- **EXTRACTED MATERIAL**

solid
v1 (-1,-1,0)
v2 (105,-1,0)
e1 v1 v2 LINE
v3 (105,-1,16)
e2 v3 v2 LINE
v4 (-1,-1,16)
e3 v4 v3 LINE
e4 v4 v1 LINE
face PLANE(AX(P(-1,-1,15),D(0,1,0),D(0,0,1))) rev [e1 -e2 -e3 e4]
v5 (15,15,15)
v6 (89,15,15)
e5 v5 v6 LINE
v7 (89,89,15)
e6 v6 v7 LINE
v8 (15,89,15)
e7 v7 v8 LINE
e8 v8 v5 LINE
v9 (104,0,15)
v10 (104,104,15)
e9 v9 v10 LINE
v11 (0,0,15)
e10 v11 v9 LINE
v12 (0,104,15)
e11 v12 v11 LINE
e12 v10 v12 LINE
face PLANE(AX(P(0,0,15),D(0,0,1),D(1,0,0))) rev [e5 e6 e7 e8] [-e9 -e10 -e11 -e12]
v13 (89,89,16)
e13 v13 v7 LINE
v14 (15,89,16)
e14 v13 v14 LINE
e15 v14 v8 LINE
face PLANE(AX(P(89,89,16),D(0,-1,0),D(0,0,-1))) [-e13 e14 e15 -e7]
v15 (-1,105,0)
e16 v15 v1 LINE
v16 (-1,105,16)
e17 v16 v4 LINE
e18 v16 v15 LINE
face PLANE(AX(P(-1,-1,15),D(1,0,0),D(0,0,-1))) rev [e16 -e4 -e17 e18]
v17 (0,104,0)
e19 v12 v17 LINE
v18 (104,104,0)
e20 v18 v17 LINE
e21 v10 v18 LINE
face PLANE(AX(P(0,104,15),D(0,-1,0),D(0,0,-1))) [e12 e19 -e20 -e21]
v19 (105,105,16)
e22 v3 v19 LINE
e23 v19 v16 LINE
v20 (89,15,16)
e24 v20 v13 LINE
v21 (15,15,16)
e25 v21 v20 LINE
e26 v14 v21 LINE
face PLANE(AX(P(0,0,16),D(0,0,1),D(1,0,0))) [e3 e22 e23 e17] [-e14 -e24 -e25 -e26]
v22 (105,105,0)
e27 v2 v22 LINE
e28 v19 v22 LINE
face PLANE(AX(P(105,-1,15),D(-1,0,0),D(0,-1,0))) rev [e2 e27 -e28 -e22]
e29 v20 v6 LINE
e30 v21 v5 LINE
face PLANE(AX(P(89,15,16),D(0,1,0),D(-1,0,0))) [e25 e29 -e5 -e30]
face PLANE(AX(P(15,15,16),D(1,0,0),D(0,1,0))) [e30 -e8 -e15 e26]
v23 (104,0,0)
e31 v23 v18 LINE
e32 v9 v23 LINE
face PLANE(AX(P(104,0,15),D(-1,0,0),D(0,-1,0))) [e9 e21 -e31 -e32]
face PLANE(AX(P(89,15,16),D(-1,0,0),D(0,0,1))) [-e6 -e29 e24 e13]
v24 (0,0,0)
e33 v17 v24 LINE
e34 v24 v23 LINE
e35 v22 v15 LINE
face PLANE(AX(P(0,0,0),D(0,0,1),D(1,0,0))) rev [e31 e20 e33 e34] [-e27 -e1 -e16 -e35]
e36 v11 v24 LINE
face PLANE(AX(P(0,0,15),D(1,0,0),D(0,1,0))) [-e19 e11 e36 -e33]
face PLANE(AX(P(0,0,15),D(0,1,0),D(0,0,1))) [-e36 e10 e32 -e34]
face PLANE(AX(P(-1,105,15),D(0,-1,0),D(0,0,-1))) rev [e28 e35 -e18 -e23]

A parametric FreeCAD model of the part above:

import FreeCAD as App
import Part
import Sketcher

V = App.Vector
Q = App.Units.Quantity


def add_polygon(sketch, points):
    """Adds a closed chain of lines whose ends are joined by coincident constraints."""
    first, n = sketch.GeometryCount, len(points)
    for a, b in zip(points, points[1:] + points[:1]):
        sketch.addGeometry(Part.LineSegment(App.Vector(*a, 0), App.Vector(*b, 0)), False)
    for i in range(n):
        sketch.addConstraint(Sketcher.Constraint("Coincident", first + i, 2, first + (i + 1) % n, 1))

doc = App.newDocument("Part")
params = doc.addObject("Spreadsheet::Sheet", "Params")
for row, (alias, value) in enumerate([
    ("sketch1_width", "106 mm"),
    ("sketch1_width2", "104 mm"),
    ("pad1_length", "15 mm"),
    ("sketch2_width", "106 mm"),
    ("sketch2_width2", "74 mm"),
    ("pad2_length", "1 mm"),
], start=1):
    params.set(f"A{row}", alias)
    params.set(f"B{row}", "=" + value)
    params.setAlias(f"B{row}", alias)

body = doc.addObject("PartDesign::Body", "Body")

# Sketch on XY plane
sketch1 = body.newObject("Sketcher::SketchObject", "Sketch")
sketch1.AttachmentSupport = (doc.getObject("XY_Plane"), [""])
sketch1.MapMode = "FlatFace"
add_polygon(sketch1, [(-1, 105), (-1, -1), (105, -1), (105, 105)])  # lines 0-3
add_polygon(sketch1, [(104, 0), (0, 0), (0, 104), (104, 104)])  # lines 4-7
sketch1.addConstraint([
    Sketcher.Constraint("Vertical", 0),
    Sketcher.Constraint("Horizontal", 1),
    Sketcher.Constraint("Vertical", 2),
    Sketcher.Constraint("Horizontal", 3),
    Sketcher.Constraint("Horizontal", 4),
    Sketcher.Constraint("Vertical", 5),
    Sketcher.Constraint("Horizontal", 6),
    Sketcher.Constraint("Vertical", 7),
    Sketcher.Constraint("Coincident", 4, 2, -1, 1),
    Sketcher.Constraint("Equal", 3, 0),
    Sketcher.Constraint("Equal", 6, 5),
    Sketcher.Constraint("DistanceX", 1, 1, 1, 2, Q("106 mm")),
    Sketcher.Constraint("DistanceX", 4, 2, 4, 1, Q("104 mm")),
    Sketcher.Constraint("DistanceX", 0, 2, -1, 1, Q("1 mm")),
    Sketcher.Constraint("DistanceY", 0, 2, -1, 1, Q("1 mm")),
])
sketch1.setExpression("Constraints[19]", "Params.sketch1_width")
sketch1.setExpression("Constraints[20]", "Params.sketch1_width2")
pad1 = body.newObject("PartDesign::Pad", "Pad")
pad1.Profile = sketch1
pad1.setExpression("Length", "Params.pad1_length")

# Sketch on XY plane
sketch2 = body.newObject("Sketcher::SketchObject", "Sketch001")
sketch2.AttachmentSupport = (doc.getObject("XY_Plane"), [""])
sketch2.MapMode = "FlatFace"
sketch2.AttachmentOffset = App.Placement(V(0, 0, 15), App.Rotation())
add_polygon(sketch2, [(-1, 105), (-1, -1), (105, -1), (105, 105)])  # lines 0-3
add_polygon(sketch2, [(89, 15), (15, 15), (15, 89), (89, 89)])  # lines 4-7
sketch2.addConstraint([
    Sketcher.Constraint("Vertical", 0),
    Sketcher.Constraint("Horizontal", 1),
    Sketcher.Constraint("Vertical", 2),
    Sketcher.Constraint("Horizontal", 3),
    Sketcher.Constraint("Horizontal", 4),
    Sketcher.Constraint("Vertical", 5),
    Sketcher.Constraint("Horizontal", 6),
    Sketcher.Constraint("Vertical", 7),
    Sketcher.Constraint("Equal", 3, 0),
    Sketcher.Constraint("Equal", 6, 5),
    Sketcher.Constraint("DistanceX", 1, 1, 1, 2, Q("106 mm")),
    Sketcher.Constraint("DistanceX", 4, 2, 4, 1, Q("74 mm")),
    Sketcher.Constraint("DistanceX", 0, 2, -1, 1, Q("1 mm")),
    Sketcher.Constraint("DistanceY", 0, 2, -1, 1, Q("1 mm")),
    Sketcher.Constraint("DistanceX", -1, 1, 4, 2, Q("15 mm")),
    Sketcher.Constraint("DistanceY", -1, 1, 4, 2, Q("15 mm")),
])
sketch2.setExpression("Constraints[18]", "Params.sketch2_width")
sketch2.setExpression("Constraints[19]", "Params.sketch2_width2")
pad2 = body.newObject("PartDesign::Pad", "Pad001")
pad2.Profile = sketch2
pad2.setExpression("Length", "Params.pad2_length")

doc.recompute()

- **WHAT YOU ARE ASKED TO DO**
Restate word for word only the lines above from the line containing "e27 v2 v22 LINE" to the line containing "A parametric FreeCAD", both of them included.

- **WORKED SOLUTION**
e27 v2 v22 LINE
e28 v19 v22 LINE
face PLANE(AX(P(105,-1,15),D(-1,0,0),D(0,-1,0))) rev [e2 e27 -e28 -e22]
e29 v20 v6 LINE
e30 v21 v5 LINE
face PLANE(AX(P(89,15,16),D(0,1,0),D(-1,0,0))) [e25 e29 -e5 -e30]
face PLANE(AX(P(15,15,16),D(1,0,0),D(0,1,0))) [e30 -e8 -e15 e26]
v23 (104,0,0)
e31 v23 v18 LINE
e32 v9 v23 LINE
face PLANE(AX(P(104,0,15),D(-1,0,0),D(0,-1,0))) [e9 e21 -e31 -e32]
face PLANE(AX(P(89,15,16),D(-1,0,0),D(0,0,1))) [-e6 -e29 e24 e13]
v24 (0,0,0)
e33 v17 v24 LINE
e34 v24 v23 LINE
e35 v22 v15 LINE
face PLANE(AX(P(0,0,0),D(0,0,1),D(1,0,0))) rev [e31 e20 e33 e34] [-e27 -e1 -e16 -e35]
e36 v11 v24 LINE
face PLANE(AX(P(0,0,15),D(1,0,0),D(0,1,0))) [-e19 e11 e36 -e33]
face PLANE(AX(P(0,0,15),D(0,1,0),D(0,0,1))) [-e36 e10 e32 -e34]
face PLANE(AX(P(-1,105,15),D(0,-1,0),D(0,0,-1))) rev [e28 e35 -e18 -e23]

A parametric FreeCAD model of the part above:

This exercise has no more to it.